Created attachment 188378 [details] fix pool deletion "try and fallback" bug Error example: /sbin/zfs snapshot -r zroot/root@daily-2017-09-03_03.42.52--1w ... DONE /sbin/zfs snapshot -r zroot/var@daily-2017-09-03_03.42.52--1w ... DONE /sbin/zfs snapshot -r zroot/usr@daily-2017-09-03_03.42.52--1w ... DONE /sbin/zfs snapshot -r zroot/home@daily-2017-09-03_03.42.52--1w ... DONE /sbin/zfs snapshot -r zroot/ps@daily-2017-09-03_03.42.52--1w ... DONE /sbin/zfs snapshot -r zroot/poudriere@daily-2017-09-03_03.42.52--1w ... DONE /sbin/zfs snapshot -r zdata/media@daily-2017-09-03_03.42.52--1w ... DONE FATAL: trying to delete zfs pool or filesystem? WTF? This is bug, we definitely don't want that. Please report it to https://github.com/graudeejs/zfSnap/issues Don't panic, nothing was deleted :) Exact problem is that rm_zfs_snapshot() uses variable "i" as storage for snapshot name. But if one uses -s/-S options, that function calls skip_pool(), and last function uses variable "i" as pool name storage. But the variable is global so its contents become overwritten with pool name instead of snapshot name. Fix is truly trivial - just make "i" local in skip_pool(). // I don't plan to report this problem upstream because zfsnap[1] development fully stopped a few years ago.

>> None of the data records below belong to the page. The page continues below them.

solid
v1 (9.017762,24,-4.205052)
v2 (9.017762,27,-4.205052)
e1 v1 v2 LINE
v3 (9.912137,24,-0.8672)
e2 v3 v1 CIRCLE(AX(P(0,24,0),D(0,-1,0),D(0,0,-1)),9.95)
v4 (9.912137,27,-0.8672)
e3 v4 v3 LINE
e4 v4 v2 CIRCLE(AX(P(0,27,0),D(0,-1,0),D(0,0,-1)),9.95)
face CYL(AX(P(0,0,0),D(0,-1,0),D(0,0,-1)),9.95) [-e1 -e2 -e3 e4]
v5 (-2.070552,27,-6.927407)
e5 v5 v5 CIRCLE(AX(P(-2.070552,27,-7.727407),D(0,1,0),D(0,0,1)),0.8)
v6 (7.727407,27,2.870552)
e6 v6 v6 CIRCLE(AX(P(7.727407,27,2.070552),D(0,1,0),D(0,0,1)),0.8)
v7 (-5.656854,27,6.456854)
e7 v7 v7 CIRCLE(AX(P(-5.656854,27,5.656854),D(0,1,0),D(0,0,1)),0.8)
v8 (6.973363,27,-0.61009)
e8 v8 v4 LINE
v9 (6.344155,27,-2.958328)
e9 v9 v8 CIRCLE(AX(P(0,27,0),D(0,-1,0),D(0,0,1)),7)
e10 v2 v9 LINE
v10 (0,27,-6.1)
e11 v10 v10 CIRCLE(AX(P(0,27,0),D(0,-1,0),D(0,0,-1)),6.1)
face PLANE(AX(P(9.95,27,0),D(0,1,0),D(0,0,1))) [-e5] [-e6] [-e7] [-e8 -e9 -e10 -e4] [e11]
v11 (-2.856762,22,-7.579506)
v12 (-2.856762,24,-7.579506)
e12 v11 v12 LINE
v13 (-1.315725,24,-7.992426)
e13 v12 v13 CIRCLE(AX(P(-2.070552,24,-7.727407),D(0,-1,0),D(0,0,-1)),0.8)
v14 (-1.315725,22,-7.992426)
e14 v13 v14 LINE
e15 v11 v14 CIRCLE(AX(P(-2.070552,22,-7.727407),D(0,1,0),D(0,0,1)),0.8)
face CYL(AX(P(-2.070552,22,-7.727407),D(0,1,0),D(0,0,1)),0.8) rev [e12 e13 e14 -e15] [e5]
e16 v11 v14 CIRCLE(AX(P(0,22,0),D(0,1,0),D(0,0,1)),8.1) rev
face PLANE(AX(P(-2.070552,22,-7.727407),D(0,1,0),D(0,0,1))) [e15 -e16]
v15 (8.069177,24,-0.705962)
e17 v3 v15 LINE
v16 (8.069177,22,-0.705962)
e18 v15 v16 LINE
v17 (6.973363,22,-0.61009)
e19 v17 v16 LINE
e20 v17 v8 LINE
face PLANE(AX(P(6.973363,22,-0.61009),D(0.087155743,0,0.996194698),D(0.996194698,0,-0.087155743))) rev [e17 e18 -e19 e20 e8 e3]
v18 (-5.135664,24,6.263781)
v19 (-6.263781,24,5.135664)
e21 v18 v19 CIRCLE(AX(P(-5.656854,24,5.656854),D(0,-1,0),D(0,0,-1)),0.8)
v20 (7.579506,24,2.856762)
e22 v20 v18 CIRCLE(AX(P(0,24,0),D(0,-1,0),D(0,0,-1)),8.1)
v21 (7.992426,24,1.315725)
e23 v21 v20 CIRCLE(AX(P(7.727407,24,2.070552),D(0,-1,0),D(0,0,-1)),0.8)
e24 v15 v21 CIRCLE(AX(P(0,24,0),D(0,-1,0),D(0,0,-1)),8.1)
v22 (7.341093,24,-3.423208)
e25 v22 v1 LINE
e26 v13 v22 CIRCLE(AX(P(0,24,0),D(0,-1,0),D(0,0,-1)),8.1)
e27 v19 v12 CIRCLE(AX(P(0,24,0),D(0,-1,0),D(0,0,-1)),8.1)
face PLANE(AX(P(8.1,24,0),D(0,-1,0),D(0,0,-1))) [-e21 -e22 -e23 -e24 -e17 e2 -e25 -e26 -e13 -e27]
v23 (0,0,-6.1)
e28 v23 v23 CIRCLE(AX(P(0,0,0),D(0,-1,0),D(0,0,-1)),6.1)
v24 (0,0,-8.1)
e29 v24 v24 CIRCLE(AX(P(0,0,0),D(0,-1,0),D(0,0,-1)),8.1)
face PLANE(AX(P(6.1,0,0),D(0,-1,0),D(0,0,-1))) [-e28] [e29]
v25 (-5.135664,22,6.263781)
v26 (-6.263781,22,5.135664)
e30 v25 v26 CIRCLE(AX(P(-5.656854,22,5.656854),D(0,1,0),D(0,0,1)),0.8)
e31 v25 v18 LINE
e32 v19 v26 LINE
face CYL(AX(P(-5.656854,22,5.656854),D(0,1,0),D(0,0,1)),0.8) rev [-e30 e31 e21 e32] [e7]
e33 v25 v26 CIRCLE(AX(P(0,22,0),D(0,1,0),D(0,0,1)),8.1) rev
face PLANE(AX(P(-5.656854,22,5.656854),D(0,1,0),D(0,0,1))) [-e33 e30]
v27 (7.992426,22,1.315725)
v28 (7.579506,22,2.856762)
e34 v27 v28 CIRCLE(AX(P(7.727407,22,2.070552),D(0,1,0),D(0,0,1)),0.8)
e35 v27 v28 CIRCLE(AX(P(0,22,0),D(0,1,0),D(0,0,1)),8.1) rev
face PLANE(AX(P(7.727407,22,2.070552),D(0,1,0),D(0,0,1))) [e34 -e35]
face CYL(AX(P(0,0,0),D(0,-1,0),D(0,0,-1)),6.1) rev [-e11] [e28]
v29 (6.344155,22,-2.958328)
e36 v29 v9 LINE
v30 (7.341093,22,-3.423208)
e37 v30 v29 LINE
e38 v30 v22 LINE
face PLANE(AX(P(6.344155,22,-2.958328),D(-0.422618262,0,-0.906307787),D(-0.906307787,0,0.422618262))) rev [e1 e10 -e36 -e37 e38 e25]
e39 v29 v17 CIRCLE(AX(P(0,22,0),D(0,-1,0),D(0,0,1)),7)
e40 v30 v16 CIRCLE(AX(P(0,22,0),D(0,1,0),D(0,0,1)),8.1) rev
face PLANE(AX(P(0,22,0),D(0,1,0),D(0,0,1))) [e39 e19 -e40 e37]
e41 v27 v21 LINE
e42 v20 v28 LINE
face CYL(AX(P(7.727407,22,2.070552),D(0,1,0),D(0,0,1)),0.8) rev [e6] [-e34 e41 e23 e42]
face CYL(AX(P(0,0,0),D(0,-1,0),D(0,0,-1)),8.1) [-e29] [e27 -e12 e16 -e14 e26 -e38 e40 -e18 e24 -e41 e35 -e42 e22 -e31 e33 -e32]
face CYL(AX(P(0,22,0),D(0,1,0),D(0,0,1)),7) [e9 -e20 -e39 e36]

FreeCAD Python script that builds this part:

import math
import FreeCAD as App
import Part
import Sketcher
from FreeCAD import Vector
Q = App.Units.Quantity

doc = App.newDocument("Part")
body = doc.addObject("PartDesign::Body", "Body")

# Sketch on XY plane
sketch1 = body.newObject("Sketcher::SketchObject", "Sketch")
sketch1.AttachmentSupport = (doc.getObject("XY_Plane"), [""])
sketch1.MapMode = "FlatFace"
sketch1.addGeometry(Part.LineSegment(Vector(6.1, 0, 0), Vector(8.1, 0, 0)), False)
sketch1.addGeometry(Part.LineSegment(Vector(8.1, 0, 0), Vector(8.1, 24, 0)), False)
sketch1.addGeometry(Part.LineSegment(Vector(8.1, 24, 0), Vector(9.9, 24, 0)), False)
sketch1.addGeometry(Part.LineSegment(Vector(9.9, 24, 0), Vector(9.9, 27, 0)), False)
sketch1.addGeometry(Part.LineSegment(Vector(9.9, 27, 0), Vector(6.1, 27, 0)), False)
sketch1.addGeometry(Part.LineSegment(Vector(6.1, 27, 0), Vector(6.1, 0, 0)), False)
sketch1.addConstraint(Sketcher.Constraint("Coincident", 0, 2, 1, 1))
sketch1.addConstraint(Sketcher.Constraint("Coincident", 1, 2, 2, 1))
sketch1.addConstraint(Sketcher.Constraint("Coincident", 2, 2, 3, 1))
sketch1.addConstraint(Sketcher.Constraint("Coincident", 3, 2, 4, 1))
sketch1.addConstraint(Sketcher.Constraint("Coincident", 4, 2, 5, 1))
sketch1.addConstraint(Sketcher.Constraint("Coincident", 5, 2, 0, 1))
sketch1.addConstraint(Sketcher.Constraint("Horizontal", 0))
sketch1.addConstraint(Sketcher.Constraint("Vertical", 1))
sketch1.addConstraint(Sketcher.Constraint("Horizontal", 2))
sketch1.addConstraint(Sketcher.Constraint("Vertical", 3))
sketch1.addConstraint(Sketcher.Constraint("Horizontal", 4))
sketch1.addConstraint(Sketcher.Constraint("Vertical", 5))
sketch1.addConstraint(Sketcher.Constraint("PointOnObject", 0, 2, -1))
sketch1.addConstraint(Sketcher.Constraint("DistanceX", 0, 1, 0, 2, Q("2 mm")))
sketch1.addConstraint(Sketcher.Constraint("DistanceY", 1, 1, 1, 2, Q("24 mm")))
sketch1.addConstraint(Sketcher.Constraint("DistanceY", 3, 1, 3, 2, Q("3 mm")))
sketch1.addConstraint(Sketcher.Constraint("DistanceX", 2, 1, 2, 2, Q("1.85 mm")))
sketch1.addConstraint(Sketcher.Constraint("DistanceX", -1, 1, 0, 2, Q("8.1 mm")))
revolution = body.newObject("PartDesign::Revolution", "Revolution")
revolution.Profile = sketch1
revolution.ReferenceAxis = (sketch1, ["V_Axis"])
revolution.Angle = 360

# Sketch on XZ plane
sketch2 = body.newObject("Sketcher::SketchObject", "Sketch001")
sketch2.AttachmentSupport = (doc.getObject("XZ_Plane"), [""])
sketch2.MapMode = "FlatFace"
sketch2.AttachmentOffset = App.Placement(Vector(0, 0, -27), App.Rotation())
sketch2.addGeometry(Part.Circle(Vector(7.7, 2.1, 0), Vector(0, 0, 1), 0.8), False)
sketch2.addGeometry(Part.Circle(Vector(-5.7, 5.7, 0), Vector(0, 0, 1), 0.8), False)
sketch2.addGeometry(Part.Circle(Vector(-2.1, -7.7, 0), Vector(0, 0, 1), 0.8), False)
sketch2.addGeometry(Part.LineSegment(Vector(9.1, -4.2, 0), Vector(6.3, -3, 0)), False)
sketch2.addGeometry(Part.ArcOfCircle(Part.Circle(Vector(0, 0, 0), Vector(0, 0, 1), 7), math.radians(-25), math.radians(-5)), False)
sketch2.addGeometry(Part.LineSegment(Vector(7, -0.6, 0), Vector(10, -0.9, 0)), False)
sketch2.addGeometry(Part.ArcOfCircle(Part.Circle(Vector(0, 0, 0), Vector(0, 0, 1), 10), math.radians(-25), math.radians(-5)), False)
sketch2.addConstraint(Sketcher.Constraint("Coincident", 3, 2, 4, 1))
sketch2.addConstraint(Sketcher.Constraint("Coincident", 4, 2, 5, 1))
sketch2.addConstraint(Sketcher.Constraint("Coincident", 5, 2, 6, 2))
sketch2.addConstraint(Sketcher.Constraint("Coincident", 6, 1, 3, 1))
sketch2.addConstraint(Sketcher.Constraint("Coincident", 4, 3, -1, 1))
sketch2.addConstraint(Sketcher.Constraint("Coincident", 6, 3, -1, 1))
sketch2.addConstraint(Sketcher.Constraint("Equal", 0, 1))
sketch2.addConstraint(Sketcher.Constraint("Equal", 1, 2))
sketch2.addConstraint(Sketcher.Constraint("Radius", 4, Q("7 mm")))
sketch2.addConstraint(Sketcher.Constraint("Radius", 6, Q("10 mm")))
sketch2.addConstraint(Sketcher.Constraint("Diameter", 0, Q("1.6 mm")))
sketch2.addConstraint(Sketcher.Constraint("Angle", 3, Q("155 deg")))
sketch2.addConstraint(Sketcher.Constraint("Angle", 5, Q("-5 deg")))
sketch2.addConstraint(Sketcher.Constraint("DistanceY", 0, 3, 1, 3, Q("3.586302 mm")))
sketch2.addConstraint(Sketcher.Constraint("DistanceX", 1, 3, 2, 3, Q("3.586302 mm")))
sketch2.addConstraint(Sketcher.Constraint("DistanceY", 4, 2, -1, 1, Q("0.61009 mm")))
sketch2.addConstraint(Sketcher.Constraint("DistanceX", 1, 3, 0, 3, Q("13.384261 mm")))
sketch2.addConstraint(Sketcher.Constraint("DistanceY", 2, 3, 1, 3, Q("13.384261 mm")))
sketch2.addConstraint(Sketcher.Constraint("DistanceY", 3, 2, 0, 3, Q("5.02888 mm")))
sketch2.addConstraint(Sketcher.Constraint("DistanceX", 1, 3, 3, 2, Q("12.001009 mm")))
sketch2.addConstraint(Sketcher.Constraint("DistanceX", 3, 2, 4, 2, Q("0.629208 mm")))
pocket1 = body.newObject("PartDesign::Pocket", "Pocket")
pocket1.Profile = sketch2
pocket1.Length = 5
pocket1.Reversed = True

doc.recompute()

How to repeat: Just run something like "zfSnap -d -s -S -p 'hourly-' -p 'daily-' -p 'weekly-' -p 'monthly-' -p 'reboot-'" on a pool that has respective snapshots and running scrub/resilver currently.
Comment on attachment 188378 [details] fix pool deletion "try and fallback" bug Discovered that patch is incorrect because doesn't apply on "make patch" in port directory. Anyway, fix itself is correct.
Created attachment 188452 [details] revised patch
Requesting forced commit because of maintainer timeout.
A commit references this bug: Author: eugen Date: Mon Jan 22 17:05:49 UTC 2018 New revision: 459676 URL: https://svnweb.freebsd.org/changeset/ports/459676 Log: sysutils/zfsnap: fix -s/-S mode. Move creation of files from "do-patch" to "post-extract" target, so that patches from files/ directory get applied. While here, add LICENSE. PR: 223951 Submitted by: Anton Sayetsky <vsasjason@gmail.com> (based on) Approved by: yamagi@yamagi.org (maintainer timeout, 7 weeks) Changes: head/sysutils/zfsnap/Makefile head/sysutils/zfsnap/files/ head/sysutils/zfsnap/files/patch-zfSnap.sh
Committed with minor changes. Thank you for submission!
Ever since this was committed, my hourly snapshot deletion job creates a spurious snapshot every hour. # pkg query %v zfsnap 1.11.1_1 # sh -x /usr/local/sbin/zfSnap -d -p hourly- -p daily- -p weekly- -p monthly- zroot 2>&1 [...] + skip_pool zroot + local i + is_true false + return 1 + is_true false + return 1 + return 0 + echo zroot + sed -E -e s/^-// + [ zroot '=' zroot ] + zfs_snapshot='/sbin/zfs snapshot zroot@monthly-2018-02-16_02.16.26--1m' + is_false false + is_true false + return 1 + return 0 + /sbin/zfs snapshot zroot@monthly-2018-02-16_02.16.26--1m + is_true false + return 1 [...]
Anton, could you please look at the issue?
This is still not fixed. I've taken a closer look at the code, and I can tell you right away that the patch in this PR only works by luck. The rm_zfs_snapshot function takes a snapshot name as its first argument, or second if the first is $i, so it should use $1 instead of $i. It just happens to work because the caller uses $i for the snapshot name. Note that simply replacing $i with $1 in rm_zfs_snapshot is not enough since the author doesn't seem to know about the shift command, so there is a chance that $i is "-r" instead of the snapshot name. I'm not saying the patch should be reverted—it is always a good idea to declare local variables as such—but it doesn't really address the underlying issue.
(In reply to Dag-Erling Smørgrav from comment #9) PR submitter seems to neglegted it. Would you make a fix instead and/or take the PR? I do not use sysutils/zfsnap and have no intention to use it.
I have now spent a couple of hours staring at zfSnap. There are many, many bugs in the code, but my problem is not one of them. It is a documentation issue: you should never specify a pool when running the delete command, but the documentation suggests that you must always specify one. If you do specify a pool, zfSnap will first create a snapshot with semi-random parameters, and then delete old snapshots. It doesn't seem entirely deterministic — I haven't quite figured out why it sometimes does it and sometimes not — but it has nothing to do with this patch.